Auch die Risikogruppe ist für medizinische Hilfe
Offensichtlich ist die Solidarität angesichts der medizinischen Corona-Folgen deutlich ausgeprägter. Sie bleibt selbst dann hoch, wenn die Befragten selbst zu einer Covid-19-Risikogruppe gehören oder erhebliche gesundheitliche Probleme haben. Zudem zeigt sich hier laut Studie "fast über alle Parteigrenzen hinweg" eine hohe Unterstützungsbereitschaft.
Bei Finanzhilfen spielt die politische Orientierung eine größere Rolle: Klar unterstützen diese Wähler der Grünen (62 Prozent), SPD (58 Prozent) und Linken (57 Prozent), bei der Union ist mehr als jeder Zweite dafür (53 Prozent). Eindeutig in der Minderheit waren die Befürworter hingegen bei der FDP (29 Prozent) und besonders der AfD (18 Prozent). Die Zustimmung steigt zudem mit dem Einkommen. Das könnte damit zusammenhängen, dass sich Gutverdiener eher als Profiteure der EU wahrnehmen. Bei Befragten, die in der Coronakrise selbst Einkommensverluste hinnehmen mussten, fiel die Unterstützung transnationaler Hilfszahlungen um rund zehn Prozentpunkte niedriger aus.

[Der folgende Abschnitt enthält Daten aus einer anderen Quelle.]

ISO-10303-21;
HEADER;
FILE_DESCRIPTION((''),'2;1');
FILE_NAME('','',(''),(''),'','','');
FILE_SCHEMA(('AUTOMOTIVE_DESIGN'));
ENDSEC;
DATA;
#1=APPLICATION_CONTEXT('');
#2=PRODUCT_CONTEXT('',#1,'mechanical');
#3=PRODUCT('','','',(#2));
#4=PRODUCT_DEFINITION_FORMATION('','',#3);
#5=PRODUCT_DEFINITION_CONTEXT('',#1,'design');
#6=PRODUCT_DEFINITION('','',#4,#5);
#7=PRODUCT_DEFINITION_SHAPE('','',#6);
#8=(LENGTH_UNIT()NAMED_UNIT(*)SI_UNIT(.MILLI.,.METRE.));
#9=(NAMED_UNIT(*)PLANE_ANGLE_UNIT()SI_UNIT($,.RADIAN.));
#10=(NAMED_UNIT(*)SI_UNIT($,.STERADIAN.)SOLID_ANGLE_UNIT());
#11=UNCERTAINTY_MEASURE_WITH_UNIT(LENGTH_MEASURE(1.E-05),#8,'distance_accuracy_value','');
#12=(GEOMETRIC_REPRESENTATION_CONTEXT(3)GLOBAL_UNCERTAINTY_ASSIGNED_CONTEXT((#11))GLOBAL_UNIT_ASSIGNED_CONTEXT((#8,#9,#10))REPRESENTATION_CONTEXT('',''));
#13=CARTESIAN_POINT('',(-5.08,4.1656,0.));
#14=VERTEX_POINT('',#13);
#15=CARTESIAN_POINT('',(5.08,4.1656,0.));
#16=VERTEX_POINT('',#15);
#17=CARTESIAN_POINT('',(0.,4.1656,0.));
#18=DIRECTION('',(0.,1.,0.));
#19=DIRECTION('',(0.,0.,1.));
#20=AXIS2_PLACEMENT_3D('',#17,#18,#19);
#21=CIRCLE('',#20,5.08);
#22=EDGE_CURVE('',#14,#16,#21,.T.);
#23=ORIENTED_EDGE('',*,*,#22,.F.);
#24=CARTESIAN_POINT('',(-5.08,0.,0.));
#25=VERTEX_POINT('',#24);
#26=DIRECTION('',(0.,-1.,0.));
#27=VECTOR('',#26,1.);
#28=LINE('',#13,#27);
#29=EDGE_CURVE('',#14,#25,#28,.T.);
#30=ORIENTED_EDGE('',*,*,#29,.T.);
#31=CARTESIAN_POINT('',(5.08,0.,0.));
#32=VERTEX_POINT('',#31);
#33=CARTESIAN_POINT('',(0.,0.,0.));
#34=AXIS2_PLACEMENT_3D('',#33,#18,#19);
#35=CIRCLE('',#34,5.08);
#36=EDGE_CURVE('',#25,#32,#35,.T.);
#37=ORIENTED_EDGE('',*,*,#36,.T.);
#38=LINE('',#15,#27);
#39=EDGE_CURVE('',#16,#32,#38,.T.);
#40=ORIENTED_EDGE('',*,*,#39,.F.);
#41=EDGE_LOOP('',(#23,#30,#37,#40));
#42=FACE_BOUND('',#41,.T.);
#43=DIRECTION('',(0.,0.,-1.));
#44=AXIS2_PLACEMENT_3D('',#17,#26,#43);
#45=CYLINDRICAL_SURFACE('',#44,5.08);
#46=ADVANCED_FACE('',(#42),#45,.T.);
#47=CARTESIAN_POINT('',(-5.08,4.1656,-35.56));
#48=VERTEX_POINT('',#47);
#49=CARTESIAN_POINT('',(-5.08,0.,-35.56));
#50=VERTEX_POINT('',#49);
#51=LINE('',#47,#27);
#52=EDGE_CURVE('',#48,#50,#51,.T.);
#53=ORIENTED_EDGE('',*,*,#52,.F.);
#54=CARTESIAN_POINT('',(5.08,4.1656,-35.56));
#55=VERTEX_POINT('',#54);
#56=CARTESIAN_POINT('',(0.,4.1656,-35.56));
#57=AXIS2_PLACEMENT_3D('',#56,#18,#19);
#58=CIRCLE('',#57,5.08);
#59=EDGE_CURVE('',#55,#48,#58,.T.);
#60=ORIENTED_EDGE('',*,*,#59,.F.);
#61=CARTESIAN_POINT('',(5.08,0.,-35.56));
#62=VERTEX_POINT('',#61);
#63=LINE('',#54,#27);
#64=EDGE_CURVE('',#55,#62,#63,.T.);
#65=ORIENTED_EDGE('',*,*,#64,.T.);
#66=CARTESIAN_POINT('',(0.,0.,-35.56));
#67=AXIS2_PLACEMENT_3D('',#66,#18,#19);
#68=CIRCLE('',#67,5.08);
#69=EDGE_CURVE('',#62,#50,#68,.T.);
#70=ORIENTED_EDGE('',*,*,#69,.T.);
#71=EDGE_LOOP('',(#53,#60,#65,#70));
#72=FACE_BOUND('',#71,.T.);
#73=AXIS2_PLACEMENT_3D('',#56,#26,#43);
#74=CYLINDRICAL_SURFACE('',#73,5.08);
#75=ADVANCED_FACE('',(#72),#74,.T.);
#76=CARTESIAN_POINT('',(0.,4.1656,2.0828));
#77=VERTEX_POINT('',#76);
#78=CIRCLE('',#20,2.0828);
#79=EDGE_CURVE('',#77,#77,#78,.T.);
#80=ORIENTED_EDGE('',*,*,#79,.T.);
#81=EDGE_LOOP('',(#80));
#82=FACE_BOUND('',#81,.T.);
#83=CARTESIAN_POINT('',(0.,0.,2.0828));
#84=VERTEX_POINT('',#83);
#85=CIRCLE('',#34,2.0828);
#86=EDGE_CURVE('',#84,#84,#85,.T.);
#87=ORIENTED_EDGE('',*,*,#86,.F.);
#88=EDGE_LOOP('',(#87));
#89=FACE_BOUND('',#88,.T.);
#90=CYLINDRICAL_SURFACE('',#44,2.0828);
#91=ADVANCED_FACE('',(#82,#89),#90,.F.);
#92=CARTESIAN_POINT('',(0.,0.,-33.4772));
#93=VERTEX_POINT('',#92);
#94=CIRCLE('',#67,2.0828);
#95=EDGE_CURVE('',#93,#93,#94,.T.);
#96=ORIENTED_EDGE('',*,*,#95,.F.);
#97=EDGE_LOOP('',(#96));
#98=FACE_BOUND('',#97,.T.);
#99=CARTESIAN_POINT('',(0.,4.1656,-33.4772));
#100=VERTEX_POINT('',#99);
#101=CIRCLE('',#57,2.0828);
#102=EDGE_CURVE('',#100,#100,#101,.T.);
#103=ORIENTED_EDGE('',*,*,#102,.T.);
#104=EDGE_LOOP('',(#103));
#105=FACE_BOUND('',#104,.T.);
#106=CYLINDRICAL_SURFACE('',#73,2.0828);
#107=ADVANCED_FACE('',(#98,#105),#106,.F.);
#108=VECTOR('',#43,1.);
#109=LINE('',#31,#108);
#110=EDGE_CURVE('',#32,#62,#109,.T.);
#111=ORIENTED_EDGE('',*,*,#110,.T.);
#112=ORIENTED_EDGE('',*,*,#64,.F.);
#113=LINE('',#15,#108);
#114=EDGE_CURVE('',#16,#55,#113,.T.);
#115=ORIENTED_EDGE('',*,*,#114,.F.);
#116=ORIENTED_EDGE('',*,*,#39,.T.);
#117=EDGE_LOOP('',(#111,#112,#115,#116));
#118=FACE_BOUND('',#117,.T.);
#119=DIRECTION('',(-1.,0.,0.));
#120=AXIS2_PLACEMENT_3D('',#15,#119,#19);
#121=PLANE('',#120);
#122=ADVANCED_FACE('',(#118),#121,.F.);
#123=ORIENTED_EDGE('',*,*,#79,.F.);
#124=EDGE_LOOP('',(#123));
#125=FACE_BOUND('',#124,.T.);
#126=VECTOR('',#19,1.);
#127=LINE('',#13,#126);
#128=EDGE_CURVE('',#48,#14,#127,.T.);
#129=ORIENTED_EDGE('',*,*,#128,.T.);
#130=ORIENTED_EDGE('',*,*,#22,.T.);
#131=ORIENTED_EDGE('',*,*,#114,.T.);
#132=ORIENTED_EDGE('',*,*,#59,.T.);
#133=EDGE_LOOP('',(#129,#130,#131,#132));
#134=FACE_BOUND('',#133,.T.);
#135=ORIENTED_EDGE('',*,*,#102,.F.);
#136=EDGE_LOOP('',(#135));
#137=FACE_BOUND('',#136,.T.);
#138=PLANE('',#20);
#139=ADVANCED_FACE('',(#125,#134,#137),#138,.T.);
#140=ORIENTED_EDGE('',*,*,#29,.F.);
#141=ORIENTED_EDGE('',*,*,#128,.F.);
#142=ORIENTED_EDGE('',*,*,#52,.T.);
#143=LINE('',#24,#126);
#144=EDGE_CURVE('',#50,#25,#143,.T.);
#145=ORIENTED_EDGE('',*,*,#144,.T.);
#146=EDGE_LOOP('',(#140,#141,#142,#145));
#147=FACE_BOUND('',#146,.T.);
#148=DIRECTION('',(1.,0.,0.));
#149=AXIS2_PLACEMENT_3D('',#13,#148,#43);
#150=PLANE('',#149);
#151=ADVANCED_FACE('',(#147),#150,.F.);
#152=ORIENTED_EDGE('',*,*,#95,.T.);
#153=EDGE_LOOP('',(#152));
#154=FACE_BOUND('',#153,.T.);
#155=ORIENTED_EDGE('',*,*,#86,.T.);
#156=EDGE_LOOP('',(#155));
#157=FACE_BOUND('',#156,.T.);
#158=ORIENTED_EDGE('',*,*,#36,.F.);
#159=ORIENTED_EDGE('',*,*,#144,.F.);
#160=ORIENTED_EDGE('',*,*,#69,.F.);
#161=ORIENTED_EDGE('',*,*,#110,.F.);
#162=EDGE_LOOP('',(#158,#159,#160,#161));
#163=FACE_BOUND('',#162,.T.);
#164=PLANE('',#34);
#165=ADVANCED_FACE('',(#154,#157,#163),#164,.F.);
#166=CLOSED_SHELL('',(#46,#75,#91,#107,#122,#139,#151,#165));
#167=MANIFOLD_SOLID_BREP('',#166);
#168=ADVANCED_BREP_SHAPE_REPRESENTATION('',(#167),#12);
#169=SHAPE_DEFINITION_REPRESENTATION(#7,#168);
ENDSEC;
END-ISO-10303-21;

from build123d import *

# Parameters (mm, degrees)
SKETCH1_R           = 2.0828
BOSS_EXTRUDE1_DEPTH = 4.1656


with BuildPart() as part:
    # Sketch1 → Boss-Extrude1 (new body)
    with BuildSketch(Plane(origin=(0, 0, 0), x_dir=(1, 0, 0), z_dir=(0, 1, 0))):
        with BuildLine():
            Line((-5.08, 0), (-5.08, 35.56))
            ThreePointArc((-5.08, 35.56), (0, 40.64), (5.08, 35.56))
            Line((5.08, 35.56), (5.08, 0))
            ThreePointArc((5.08, 0), (0, -5.08), (-5.08, 0))
        make_face()
        with Locations((0, 35.56)):
            Circle(SKETCH1_R, mode=Mode.SUBTRACT)
        Circle(SKETCH1_R, mode=Mode.SUBTRACT)
    extrude(amount=BOSS_EXTRUDE1_DEPTH)


solid = part.part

Brisant sind die Umfrageergebnisse nicht nur mit Blick auf Deutschland, wo die Bundesregierung um Zustimmung für ihre Krisenpolitik werben muss. Über den europäischen Rettungsfonds schwelt auch nach wie vor ein Konflikt mit den sogenannten Sparsamen Vier – Österreich, den Niederlanden, Schweden und Dänemark. Sie lehnen direkte Transfers ab und plädieren stattdessen für Kredite.
"Gerade bei den 'sparsamen Vier' dürfte die Bevölkerung eine ähnliche Rolle wie in Deutschland spielen", heißt es in der Studie. "Dies birgt die Gefahr einer fortgesetzten festgefahrenen Verhandlungssituation um den finanziellen Mehrjahresplan der EU." Eine politische Lehre der Ergebnisse laute: "Umverteilungsmaßnahmen müssen gut begründet werden."
Konzentriere sich die Debatte allein auf Kosten, so reduziere dies die Hilfsbereitschaft, schreiben die Forscher. Auch die mittel- und langfristigen Interessen der Geberseite an den Hilfen sollten thematisiert werden. Wichtig sei außerdem, dass die aktuellen Krisen in südlichen EU-Ländern durch die Austeritätspolitik nach der Eurokrise verschärft wurden.